Goal of the exercise
For this exercise, reproduce the entries below exactly, but only from the line containing "v14 (-72.929761,-17.5,0)" through the line containing "e15 v15 v14 LINE", both included.

Data extracted from a collection
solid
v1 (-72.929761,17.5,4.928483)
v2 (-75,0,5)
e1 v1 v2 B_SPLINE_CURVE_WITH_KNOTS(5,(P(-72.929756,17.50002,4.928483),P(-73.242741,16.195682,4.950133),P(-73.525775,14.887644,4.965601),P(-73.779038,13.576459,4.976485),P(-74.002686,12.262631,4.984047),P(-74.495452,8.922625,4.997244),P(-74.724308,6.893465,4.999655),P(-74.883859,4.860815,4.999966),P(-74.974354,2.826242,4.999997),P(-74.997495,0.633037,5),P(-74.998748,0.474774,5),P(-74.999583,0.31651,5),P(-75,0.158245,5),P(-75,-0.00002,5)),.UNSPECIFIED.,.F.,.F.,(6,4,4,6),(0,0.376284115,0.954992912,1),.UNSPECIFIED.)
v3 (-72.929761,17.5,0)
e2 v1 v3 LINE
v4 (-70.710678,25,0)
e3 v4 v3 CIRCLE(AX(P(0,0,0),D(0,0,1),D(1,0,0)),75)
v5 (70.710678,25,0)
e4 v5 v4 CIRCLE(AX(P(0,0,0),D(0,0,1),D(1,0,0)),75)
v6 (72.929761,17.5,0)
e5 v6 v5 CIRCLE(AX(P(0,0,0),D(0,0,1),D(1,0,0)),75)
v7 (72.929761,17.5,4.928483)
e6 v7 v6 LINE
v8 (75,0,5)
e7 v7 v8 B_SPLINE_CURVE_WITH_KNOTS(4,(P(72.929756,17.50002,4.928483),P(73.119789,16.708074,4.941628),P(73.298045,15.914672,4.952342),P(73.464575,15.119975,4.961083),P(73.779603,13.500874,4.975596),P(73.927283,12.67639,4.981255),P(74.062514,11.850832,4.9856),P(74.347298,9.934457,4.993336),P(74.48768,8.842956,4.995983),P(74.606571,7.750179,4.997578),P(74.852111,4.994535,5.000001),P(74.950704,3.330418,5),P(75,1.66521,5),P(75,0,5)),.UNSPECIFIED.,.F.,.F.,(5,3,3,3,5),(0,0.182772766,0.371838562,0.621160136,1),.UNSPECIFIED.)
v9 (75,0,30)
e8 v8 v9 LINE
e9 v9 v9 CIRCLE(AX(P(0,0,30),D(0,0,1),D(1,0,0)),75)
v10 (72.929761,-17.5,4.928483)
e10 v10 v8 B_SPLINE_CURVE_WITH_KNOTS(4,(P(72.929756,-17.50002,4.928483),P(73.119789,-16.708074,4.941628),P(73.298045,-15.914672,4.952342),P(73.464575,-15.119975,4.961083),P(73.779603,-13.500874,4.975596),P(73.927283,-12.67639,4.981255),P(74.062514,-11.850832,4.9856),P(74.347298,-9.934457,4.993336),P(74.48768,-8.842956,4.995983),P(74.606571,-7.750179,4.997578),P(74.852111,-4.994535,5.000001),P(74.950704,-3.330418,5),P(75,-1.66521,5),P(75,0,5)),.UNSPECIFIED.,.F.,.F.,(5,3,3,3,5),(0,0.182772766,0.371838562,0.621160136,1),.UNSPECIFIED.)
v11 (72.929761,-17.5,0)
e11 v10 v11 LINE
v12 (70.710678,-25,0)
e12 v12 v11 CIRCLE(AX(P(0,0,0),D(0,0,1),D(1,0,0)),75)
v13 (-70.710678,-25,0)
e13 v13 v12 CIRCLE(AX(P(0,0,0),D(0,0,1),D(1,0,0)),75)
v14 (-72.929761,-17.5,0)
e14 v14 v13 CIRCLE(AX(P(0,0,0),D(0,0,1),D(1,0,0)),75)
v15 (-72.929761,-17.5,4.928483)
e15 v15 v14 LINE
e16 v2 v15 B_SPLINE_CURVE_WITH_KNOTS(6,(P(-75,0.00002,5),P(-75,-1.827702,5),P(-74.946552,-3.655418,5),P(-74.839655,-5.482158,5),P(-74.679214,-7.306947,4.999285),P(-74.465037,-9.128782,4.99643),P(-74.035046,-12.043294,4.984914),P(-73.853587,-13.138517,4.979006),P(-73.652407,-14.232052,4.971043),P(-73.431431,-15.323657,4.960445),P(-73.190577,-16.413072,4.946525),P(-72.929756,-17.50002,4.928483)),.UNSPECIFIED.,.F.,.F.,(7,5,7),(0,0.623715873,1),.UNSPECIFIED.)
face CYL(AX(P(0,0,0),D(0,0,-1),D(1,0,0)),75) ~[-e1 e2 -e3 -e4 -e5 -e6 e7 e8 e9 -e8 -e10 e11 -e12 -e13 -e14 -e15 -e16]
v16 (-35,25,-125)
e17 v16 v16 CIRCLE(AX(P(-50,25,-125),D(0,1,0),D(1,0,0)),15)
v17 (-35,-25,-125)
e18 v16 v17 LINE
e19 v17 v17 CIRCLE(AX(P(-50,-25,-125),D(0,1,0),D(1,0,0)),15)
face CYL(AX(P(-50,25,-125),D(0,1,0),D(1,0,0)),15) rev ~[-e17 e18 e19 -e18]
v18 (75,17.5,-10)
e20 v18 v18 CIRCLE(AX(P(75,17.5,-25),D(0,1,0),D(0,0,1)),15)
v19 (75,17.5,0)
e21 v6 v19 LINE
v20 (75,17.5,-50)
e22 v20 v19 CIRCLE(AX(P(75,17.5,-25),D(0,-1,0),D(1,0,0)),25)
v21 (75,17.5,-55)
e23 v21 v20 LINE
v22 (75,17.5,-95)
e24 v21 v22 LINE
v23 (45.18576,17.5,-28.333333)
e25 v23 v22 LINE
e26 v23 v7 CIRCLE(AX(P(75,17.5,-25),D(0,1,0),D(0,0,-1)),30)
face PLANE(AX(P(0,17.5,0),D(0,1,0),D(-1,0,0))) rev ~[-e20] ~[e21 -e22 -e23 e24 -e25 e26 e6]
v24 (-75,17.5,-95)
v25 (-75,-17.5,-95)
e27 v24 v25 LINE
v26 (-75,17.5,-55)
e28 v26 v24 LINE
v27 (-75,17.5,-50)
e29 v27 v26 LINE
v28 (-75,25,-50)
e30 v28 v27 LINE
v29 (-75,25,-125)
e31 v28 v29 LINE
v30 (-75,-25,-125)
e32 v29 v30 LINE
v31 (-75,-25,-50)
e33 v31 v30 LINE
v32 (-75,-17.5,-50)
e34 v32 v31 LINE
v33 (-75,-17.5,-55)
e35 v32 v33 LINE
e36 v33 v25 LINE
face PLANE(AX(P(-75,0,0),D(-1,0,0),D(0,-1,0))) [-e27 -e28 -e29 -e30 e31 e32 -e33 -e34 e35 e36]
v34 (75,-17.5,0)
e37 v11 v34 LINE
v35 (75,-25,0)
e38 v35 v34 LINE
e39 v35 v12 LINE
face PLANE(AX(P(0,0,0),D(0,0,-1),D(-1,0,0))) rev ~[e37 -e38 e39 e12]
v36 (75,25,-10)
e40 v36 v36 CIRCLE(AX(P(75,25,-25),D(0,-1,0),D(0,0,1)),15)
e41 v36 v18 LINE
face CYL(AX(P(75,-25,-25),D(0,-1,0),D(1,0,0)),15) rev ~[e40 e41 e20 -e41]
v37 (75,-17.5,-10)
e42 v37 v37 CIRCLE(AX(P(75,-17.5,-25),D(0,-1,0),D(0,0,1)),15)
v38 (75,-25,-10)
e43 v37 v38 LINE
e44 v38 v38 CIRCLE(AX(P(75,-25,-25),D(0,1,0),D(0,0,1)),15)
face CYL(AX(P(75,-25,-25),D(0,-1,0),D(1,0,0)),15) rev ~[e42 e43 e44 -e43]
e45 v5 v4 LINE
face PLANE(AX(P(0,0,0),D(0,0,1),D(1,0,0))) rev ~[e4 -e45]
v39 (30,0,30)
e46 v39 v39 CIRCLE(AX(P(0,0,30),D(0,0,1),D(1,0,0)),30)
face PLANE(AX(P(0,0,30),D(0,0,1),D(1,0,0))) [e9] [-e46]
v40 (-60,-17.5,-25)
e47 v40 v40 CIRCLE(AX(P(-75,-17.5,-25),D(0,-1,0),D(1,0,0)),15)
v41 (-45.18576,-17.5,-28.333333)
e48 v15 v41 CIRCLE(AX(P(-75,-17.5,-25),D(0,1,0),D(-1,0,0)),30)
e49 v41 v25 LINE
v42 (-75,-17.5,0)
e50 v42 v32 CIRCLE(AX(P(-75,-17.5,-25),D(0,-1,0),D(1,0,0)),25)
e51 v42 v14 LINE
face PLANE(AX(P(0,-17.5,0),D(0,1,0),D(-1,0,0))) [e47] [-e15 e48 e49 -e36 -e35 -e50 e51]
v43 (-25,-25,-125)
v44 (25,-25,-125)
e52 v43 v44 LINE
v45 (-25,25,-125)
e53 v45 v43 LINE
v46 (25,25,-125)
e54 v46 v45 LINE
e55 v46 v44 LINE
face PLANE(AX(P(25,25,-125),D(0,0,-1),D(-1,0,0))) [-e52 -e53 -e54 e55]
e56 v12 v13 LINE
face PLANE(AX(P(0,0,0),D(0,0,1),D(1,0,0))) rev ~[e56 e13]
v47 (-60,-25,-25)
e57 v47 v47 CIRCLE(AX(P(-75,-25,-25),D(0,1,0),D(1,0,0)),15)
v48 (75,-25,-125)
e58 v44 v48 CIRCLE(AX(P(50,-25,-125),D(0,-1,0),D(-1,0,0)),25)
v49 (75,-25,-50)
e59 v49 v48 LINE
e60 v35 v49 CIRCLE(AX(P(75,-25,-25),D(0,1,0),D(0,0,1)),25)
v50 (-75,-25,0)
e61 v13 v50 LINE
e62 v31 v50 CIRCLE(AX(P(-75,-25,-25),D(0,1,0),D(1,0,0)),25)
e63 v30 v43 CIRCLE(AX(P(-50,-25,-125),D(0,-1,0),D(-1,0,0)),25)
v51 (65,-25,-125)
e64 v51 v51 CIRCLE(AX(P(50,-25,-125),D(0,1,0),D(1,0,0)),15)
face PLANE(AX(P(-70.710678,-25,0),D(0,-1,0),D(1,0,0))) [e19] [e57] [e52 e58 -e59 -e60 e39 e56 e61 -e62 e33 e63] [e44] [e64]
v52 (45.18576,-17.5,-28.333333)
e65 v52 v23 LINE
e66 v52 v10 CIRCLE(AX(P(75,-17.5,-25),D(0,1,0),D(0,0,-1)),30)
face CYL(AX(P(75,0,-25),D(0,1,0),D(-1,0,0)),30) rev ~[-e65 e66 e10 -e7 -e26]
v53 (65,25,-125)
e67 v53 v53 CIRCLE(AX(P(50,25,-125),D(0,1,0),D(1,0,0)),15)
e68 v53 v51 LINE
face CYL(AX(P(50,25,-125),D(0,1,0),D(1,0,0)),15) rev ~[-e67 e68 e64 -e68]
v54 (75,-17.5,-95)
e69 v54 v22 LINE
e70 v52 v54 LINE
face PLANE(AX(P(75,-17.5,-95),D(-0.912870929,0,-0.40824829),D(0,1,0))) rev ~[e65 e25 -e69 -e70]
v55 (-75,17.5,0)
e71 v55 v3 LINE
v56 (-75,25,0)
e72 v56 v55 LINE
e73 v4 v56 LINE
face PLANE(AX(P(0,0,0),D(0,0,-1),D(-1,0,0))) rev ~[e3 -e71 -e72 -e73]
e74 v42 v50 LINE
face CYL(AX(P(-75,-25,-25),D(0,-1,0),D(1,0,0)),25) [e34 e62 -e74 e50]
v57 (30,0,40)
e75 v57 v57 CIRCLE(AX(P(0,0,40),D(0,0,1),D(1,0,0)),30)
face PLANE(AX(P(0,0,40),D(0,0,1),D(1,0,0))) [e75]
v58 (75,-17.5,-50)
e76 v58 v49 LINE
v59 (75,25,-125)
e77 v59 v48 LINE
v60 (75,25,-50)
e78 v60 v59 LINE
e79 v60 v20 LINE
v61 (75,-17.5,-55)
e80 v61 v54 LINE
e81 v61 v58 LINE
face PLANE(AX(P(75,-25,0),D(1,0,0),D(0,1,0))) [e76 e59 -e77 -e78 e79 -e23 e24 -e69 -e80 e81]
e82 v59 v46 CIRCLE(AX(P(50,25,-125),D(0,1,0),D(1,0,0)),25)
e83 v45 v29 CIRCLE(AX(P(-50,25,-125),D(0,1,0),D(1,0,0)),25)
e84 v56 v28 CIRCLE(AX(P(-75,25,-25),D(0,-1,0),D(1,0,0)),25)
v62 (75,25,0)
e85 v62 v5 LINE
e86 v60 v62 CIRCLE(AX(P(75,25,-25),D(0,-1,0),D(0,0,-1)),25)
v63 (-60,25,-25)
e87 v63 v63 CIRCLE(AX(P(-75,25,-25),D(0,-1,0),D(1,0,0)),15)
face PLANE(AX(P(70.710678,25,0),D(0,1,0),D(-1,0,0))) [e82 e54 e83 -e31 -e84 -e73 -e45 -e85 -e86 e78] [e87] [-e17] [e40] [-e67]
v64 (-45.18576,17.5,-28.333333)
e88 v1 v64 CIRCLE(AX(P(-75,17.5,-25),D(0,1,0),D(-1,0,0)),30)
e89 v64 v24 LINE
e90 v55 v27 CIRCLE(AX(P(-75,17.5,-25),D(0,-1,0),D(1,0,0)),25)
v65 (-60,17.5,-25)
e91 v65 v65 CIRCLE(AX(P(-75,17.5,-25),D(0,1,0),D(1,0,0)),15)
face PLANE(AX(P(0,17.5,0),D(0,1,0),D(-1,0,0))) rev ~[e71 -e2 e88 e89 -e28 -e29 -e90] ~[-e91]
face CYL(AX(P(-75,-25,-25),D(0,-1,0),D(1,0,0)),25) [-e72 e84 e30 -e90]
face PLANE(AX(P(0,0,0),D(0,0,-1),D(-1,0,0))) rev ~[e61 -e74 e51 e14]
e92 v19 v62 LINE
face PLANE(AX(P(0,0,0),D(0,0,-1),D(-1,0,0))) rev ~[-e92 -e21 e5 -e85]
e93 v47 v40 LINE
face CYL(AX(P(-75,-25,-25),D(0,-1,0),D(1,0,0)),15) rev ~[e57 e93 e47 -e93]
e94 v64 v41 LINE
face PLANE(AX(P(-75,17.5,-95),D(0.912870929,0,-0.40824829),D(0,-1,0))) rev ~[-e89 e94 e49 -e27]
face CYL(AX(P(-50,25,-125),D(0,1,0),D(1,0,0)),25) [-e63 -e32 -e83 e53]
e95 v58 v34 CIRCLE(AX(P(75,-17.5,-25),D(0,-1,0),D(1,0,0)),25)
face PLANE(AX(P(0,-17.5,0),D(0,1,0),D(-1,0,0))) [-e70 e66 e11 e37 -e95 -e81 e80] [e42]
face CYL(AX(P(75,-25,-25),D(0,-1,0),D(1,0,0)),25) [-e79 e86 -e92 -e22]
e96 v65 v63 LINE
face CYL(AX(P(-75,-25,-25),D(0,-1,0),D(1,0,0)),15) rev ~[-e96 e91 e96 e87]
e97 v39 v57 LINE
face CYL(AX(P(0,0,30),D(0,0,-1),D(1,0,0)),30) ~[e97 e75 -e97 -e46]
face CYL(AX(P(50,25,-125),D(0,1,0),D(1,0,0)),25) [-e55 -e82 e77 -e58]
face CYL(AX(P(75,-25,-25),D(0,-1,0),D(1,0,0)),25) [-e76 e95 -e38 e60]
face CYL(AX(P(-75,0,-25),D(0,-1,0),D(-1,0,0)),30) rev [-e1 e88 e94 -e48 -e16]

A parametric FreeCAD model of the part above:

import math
import FreeCAD as App
import Part
import Sketcher
from FreeCAD import Vector


def edges_at(feature, points):
    """Names of the edges that pass closest to the given points."""
    edges = feature.Shape.Edges
    near = lambda p: min(range(len(edges)), key=lambda i: edges[i].distToShape(Part.Vertex(*p))[0])
    return sorted({f"Edge{near(p) + 1}" for p in points})

doc = App.newDocument("Part")
body = doc.addObject("PartDesign::Body", "Body")

# Sketch on XY plane
sketch1 = body.newObject("Sketcher::SketchObject", "Sketch")
sketch1.AttachmentSupport = (doc.getObject("XY_Plane"), [""])
sketch1.MapMode = "FlatFace"
sketch1.addGeometry(Part.Circle(Vector(0, 0, 0), Vector(0, 0, 1), 75), False)
sketch1.addConstraint([
    Sketcher.Constraint("Coincident", 0, 3, -1, 1),
    Sketcher.Constraint("Diameter", 0, 150.0),
])
pad1 = body.newObject("PartDesign::Pad", "Pad")
pad1.Profile = sketch1
pad1.Length = 30

# Sketch on XY plane
sketch2 = body.newObject("Sketcher::SketchObject", "Sketch001")
sketch2.AttachmentSupport = (doc.getObject("XY_Plane"), [""])
sketch2.MapMode = "FlatFace"
sketch2.AttachmentOffset = App.Placement(Vector(0, 0, 30), App.Rotation())
sketch2.addGeometry(Part.Circle(Vector(0, 0, 0), Vector(0, 0, 1), 30), False)
sketch2.addConstraint([
    Sketcher.Constraint("Coincident", 0, 3, -1, 1),
    Sketcher.Constraint("Diameter", 0, 60.0),
])
pad2 = body.newObject("PartDesign::Pad", "Pad001")
pad2.Profile = sketch2
pad2.Length = 10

Answer to the problem
v14 (-72.929761,-17.5,0)
e14 v14 v13 CIRCLE(AX(P(0,0,0),D(0,0,1),D(1,0,0)),75)
v15 (-72.929761,-17.5,4.928483)
e15 v15 v14 LINE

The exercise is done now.